TASK DIRECTIONS
Please keep to the lines below from the one with "f 152 120 118" through the one with "f 147 115 113", and restate them word for word, ends included.
^^^^
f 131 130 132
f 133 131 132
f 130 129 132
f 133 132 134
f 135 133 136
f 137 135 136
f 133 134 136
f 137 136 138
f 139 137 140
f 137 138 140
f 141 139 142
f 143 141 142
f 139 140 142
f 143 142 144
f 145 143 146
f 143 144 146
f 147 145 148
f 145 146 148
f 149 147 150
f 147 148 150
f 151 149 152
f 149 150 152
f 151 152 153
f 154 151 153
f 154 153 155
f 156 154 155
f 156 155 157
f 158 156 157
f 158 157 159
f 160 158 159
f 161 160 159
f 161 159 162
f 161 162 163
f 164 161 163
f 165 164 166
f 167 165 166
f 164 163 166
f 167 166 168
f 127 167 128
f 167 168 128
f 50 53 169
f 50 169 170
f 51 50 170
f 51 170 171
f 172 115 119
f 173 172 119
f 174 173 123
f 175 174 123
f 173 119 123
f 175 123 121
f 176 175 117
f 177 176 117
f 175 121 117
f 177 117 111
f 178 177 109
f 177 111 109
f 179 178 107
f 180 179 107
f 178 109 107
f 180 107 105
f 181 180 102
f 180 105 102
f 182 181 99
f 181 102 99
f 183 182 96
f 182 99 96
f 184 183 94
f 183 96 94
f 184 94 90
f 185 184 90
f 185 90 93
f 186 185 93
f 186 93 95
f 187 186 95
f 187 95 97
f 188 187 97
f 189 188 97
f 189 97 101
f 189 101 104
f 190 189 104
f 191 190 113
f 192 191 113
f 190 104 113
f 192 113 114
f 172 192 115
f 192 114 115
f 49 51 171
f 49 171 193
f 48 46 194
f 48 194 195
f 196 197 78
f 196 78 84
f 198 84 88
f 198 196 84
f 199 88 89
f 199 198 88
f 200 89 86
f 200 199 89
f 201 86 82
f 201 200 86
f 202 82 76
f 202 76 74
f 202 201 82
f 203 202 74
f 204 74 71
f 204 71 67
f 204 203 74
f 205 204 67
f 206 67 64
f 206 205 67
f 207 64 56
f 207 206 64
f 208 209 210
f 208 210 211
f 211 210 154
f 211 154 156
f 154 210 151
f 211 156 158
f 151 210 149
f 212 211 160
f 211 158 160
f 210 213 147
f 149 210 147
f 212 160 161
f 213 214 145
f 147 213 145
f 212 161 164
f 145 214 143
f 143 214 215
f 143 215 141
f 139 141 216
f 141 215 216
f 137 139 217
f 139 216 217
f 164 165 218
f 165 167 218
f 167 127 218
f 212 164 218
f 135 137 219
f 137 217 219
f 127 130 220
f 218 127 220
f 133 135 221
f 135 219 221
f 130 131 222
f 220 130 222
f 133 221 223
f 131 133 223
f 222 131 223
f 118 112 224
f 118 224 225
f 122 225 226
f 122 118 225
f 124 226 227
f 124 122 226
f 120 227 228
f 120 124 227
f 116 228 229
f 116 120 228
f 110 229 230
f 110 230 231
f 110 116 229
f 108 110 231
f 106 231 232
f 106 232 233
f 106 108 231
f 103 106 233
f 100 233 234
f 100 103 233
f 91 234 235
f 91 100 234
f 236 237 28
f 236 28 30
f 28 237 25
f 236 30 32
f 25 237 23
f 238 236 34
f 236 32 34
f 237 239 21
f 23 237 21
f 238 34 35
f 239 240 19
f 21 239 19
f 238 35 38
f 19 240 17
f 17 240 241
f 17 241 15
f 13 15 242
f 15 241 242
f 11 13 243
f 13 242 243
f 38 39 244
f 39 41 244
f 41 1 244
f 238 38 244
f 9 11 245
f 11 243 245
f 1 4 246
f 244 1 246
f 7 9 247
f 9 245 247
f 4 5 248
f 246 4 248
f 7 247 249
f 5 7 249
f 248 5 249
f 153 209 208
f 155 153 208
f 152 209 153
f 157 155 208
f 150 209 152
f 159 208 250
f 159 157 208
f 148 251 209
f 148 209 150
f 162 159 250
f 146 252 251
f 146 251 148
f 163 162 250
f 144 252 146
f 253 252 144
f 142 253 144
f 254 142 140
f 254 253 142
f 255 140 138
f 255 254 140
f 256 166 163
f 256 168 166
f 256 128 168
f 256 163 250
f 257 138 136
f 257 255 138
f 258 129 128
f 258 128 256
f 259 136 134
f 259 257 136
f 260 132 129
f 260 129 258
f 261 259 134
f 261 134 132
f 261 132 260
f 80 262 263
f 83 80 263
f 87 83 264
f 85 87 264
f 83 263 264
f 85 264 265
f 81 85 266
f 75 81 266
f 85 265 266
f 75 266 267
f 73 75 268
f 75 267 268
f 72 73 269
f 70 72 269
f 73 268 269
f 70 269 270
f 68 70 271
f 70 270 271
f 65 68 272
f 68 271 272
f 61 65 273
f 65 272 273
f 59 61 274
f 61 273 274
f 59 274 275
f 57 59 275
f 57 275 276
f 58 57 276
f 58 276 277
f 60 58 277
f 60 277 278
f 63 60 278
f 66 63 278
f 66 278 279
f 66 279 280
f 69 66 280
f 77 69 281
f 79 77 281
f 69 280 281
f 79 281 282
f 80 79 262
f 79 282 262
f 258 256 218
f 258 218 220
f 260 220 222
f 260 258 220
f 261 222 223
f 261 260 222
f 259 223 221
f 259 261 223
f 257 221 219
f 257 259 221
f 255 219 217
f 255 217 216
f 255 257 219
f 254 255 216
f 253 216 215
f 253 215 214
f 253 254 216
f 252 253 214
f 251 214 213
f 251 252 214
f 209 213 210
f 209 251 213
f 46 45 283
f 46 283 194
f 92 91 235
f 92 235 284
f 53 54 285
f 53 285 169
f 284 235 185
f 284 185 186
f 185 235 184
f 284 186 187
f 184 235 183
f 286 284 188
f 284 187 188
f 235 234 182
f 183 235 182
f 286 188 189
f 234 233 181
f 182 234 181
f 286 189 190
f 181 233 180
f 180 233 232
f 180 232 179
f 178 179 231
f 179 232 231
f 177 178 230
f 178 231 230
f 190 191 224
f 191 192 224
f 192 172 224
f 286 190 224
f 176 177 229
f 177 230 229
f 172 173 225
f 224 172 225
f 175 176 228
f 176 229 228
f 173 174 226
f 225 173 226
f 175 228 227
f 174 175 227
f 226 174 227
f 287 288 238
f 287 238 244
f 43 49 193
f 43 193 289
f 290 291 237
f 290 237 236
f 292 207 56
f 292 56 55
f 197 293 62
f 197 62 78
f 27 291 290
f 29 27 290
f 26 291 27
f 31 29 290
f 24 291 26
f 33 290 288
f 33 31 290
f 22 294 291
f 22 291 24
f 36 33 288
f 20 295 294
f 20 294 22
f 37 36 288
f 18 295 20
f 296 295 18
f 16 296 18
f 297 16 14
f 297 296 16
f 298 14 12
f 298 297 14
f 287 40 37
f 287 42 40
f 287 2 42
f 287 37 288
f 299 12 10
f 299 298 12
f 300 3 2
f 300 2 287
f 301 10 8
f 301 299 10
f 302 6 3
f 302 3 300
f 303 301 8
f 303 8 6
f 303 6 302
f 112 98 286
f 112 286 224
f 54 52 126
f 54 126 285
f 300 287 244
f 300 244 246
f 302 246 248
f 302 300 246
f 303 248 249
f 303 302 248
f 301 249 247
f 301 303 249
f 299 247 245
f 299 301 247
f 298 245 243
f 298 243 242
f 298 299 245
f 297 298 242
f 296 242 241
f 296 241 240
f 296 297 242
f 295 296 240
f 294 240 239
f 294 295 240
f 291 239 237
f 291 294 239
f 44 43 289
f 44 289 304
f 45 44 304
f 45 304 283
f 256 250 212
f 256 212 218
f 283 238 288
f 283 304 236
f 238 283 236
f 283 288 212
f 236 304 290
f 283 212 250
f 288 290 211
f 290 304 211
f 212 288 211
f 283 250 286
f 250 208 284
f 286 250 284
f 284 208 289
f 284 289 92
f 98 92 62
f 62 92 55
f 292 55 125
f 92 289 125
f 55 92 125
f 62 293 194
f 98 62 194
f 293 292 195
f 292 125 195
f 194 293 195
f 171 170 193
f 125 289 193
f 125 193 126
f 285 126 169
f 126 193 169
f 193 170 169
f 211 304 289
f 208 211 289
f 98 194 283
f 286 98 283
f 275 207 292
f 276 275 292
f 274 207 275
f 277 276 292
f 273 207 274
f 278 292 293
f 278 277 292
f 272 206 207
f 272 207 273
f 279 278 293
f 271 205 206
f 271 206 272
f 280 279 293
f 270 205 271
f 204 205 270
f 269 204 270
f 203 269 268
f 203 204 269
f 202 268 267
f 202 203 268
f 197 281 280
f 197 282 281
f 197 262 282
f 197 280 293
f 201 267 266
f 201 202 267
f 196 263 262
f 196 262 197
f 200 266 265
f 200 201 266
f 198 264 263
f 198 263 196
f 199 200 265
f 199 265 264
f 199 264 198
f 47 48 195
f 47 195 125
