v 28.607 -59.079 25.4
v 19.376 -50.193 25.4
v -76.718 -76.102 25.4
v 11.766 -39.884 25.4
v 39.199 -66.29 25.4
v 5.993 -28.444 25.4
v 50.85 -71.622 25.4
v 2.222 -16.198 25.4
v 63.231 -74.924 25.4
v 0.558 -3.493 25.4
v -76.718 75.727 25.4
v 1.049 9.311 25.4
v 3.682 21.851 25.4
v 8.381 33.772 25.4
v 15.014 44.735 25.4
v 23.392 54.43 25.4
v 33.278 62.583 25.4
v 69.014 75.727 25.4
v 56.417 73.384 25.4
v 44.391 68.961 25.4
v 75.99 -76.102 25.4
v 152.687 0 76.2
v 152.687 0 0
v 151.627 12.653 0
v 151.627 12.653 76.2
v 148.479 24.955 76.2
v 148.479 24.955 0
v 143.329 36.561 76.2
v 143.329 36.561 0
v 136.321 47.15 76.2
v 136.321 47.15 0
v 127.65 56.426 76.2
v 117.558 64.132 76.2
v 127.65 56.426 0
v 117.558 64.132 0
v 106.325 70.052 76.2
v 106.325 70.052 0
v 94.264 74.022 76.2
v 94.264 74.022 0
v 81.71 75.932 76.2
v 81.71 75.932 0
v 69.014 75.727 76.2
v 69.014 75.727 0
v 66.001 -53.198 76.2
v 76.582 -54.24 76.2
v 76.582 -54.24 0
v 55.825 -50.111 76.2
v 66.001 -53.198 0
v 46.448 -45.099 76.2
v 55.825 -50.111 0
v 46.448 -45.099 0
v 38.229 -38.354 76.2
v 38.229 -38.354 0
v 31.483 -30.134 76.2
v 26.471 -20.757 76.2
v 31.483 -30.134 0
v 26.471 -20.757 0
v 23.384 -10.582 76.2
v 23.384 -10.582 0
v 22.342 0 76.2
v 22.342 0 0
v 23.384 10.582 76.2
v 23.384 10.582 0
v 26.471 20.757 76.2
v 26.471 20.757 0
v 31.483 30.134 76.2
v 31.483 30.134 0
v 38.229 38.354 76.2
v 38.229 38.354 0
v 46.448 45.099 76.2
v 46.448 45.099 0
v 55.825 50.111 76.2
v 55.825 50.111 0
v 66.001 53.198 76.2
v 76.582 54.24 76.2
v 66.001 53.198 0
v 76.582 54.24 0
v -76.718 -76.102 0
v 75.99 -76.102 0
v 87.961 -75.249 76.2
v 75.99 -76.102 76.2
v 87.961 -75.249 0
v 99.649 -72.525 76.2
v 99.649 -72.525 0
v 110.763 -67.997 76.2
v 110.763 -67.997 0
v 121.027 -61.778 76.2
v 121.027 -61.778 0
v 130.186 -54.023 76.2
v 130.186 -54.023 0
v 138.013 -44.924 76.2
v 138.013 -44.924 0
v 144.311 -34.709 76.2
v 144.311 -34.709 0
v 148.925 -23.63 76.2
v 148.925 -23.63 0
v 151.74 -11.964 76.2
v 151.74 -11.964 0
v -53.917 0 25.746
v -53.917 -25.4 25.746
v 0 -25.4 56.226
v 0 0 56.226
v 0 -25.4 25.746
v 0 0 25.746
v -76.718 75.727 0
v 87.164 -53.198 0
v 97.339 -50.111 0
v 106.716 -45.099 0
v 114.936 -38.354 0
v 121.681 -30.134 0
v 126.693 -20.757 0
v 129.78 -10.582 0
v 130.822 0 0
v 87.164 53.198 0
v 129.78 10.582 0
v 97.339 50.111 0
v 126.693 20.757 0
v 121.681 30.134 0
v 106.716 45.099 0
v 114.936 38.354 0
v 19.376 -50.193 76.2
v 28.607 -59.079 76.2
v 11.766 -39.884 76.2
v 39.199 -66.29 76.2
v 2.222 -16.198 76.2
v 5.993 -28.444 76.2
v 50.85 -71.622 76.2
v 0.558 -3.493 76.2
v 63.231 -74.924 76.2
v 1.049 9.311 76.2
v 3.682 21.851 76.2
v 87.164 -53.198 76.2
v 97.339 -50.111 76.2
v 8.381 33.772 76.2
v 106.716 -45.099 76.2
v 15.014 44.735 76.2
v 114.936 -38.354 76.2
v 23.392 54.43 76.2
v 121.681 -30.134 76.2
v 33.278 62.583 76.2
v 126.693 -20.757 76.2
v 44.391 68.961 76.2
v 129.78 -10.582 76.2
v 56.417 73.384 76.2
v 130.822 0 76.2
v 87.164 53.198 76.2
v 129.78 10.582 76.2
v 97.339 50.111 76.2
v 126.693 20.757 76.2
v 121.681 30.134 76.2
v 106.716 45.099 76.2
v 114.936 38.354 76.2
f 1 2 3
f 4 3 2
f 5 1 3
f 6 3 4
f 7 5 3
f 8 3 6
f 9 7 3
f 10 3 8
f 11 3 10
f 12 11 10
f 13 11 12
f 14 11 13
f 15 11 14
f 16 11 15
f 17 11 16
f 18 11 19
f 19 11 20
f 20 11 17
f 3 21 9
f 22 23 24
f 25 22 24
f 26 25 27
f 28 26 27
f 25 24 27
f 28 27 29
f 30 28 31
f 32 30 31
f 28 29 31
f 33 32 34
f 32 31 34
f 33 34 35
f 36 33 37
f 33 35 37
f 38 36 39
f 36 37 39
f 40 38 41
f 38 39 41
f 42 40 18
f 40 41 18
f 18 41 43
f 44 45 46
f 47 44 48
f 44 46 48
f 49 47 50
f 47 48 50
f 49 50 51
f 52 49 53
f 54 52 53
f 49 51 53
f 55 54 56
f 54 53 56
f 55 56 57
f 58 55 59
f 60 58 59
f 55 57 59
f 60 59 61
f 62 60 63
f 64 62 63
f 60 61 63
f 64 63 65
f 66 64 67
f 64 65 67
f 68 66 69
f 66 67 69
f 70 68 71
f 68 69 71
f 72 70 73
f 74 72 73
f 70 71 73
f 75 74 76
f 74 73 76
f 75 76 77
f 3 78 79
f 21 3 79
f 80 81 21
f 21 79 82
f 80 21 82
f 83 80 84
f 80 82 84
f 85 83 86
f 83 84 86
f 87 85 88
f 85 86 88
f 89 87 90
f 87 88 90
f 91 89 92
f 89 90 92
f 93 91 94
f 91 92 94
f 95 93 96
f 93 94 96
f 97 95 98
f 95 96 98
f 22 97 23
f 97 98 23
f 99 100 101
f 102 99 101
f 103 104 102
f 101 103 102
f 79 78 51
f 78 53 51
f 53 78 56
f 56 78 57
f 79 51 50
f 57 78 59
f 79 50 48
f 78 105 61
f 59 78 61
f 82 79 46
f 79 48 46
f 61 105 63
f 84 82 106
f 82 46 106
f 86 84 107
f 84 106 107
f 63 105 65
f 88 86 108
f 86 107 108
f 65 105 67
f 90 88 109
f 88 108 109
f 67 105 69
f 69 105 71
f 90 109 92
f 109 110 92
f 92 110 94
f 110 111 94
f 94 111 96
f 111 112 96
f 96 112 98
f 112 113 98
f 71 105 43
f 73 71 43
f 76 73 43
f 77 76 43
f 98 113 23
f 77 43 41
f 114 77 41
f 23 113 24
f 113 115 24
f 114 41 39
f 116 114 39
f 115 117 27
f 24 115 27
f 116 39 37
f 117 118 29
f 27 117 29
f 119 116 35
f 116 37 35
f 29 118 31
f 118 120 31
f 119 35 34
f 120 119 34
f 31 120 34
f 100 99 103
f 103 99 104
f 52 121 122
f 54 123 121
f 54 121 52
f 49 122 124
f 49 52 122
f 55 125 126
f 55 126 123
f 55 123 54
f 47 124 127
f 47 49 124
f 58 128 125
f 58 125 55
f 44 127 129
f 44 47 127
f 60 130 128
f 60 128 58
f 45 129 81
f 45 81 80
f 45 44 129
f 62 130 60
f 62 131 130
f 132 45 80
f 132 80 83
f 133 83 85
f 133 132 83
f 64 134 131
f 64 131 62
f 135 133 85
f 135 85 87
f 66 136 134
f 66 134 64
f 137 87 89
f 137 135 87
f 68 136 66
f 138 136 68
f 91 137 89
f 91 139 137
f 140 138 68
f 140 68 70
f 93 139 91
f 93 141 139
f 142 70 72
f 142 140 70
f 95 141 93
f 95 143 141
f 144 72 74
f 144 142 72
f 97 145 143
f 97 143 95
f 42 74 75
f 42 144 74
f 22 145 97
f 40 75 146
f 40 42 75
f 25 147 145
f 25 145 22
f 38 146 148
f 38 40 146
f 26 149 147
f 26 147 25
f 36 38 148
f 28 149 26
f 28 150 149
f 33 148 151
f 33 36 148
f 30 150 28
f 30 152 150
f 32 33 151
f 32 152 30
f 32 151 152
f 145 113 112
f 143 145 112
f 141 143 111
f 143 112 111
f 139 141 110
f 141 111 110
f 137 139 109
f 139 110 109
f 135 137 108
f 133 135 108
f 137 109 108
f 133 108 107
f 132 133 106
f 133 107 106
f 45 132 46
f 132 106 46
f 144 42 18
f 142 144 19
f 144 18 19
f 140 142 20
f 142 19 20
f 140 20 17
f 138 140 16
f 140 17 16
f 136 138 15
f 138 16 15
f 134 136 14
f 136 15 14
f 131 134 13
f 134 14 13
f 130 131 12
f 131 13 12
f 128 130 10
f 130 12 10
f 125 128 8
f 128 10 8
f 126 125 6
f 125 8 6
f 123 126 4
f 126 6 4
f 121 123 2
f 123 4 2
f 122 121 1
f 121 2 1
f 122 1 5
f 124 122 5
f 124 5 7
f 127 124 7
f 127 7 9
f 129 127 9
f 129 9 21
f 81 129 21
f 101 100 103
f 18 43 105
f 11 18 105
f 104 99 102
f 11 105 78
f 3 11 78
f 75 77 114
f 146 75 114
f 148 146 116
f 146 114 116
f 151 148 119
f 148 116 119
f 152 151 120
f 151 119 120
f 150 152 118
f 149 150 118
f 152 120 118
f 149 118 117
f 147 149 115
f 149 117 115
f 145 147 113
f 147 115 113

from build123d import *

# Parameters (mm, degrees)
F1_DEPTH = 76.2
F2_DEPTH = 25.4
F3_W     = 53.91736
F3_H     = 30.479998
F4_DEPTH = 25.4
F6_DEPTH = 76.2


with BuildPart() as f1:
    # F0 (on Top) → F1 (new body)
    with BuildSketch(Plane.XY):
        with BuildLine():
            Line((76.582216, 75.727254), (69.014069, 75.727254))
            ThreePointArc((69.014069, 75.727254), (0.557927, -3.493055), (75.990111, -76.10219))
            Line((75.990111, -76.10219), (76.582216, -76.10219))
            Line((76.582216, -76.10219), (76.582216, -54.240059))
            ThreePointArc((76.582216, -54.240059), (22.342157, 0), (76.582216, 54.240059))
            Line((76.582216, 54.240059), (76.582216, 75.727254))
        make_face()
        with BuildLine():
            ThreePointArc((152.686709, 0), (127.650424, 56.426341), (69.014069, 75.727254))
            Line((69.014069, 75.727254), (76.582216, 75.727254))
            Line((76.582216, 75.727254), (76.582216, 54.240059))
            ThreePointArc((76.582216, 54.240059), (114.935729, 38.353513), (130.822274, 0))
            ThreePointArc((130.822274, 0), (114.935729, -38.353513), (76.582216, -54.240059))
            Line((76.582216, -54.240059), (76.582216, -76.10219))
            Line((76.582216, -76.10219), (75.990111, -76.10219))
            ThreePointArc((75.990111, -76.10219), (130.18647, -54.022938), (152.686709, 0))
        make_face()
    extrude(amount=F1_DEPTH)

    # F0 (on Top) → F2 (join)
    with BuildSketch(Plane.XY):
        with BuildLine():
            Line((69.014069, 75.727254), (-76.717794, 75.727254))
            Line((-76.717794, 75.727254), (-76.717794, -76.10219))
            Line((-76.717794, -76.10219), (75.990111, -76.10219))
            ThreePointArc((75.990111, -76.10219), (0.557927, -3.493055), (69.014069, 75.727254))
        make_face()
        with BuildLine():
            ThreePointArc((152.686709, 0), (127.650424, 56.426341), (69.014069, 75.727254))
            Line((69.014069, 75.727254), (76.582216, 75.727254))
            Line((76.582216, 75.727254), (76.582216, 54.240059))
            ThreePointArc((76.582216, 54.240059), (114.935729, 38.353513), (130.822274, 0))
            ThreePointArc((130.822274, 0), (114.935729, -38.353513), (76.582216, -54.240059))
            Line((76.582216, -54.240059), (76.582216, -76.10219))
            Line((76.582216, -76.10219), (75.990111, -76.10219))
            ThreePointArc((75.990111, -76.10219), (130.18647, -54.022938), (152.686709, 0))
        make_face()
    extrude(amount=F2_DEPTH)


with BuildPart() as f4:
    # F3 (on Front) → F4 (new body)
    with BuildSketch(Plane.XZ):
        with Locations((-26.95868, 40.986363)):
            Rectangle(F3_W, F3_H)
    extrude(amount=F4_DEPTH)

    # F5 (on face) → F6 (cut)
    with BuildSketch(Plane.XZ.offset(25.4)):
        Polygon((-53.91736, 25.746364), (0, 56.226362), (-53.91736, 56.226362), align=None)
    extrude(amount=-F6_DEPTH, mode=Mode.SUBTRACT)


solid = Compound([f1.part, f4.part])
^^^^
EXERCISE RESPONSE
f 152 120 118
f 149 118 117
f 147 149 115
f 149 117 115
f 145 147 113
f 147 115 113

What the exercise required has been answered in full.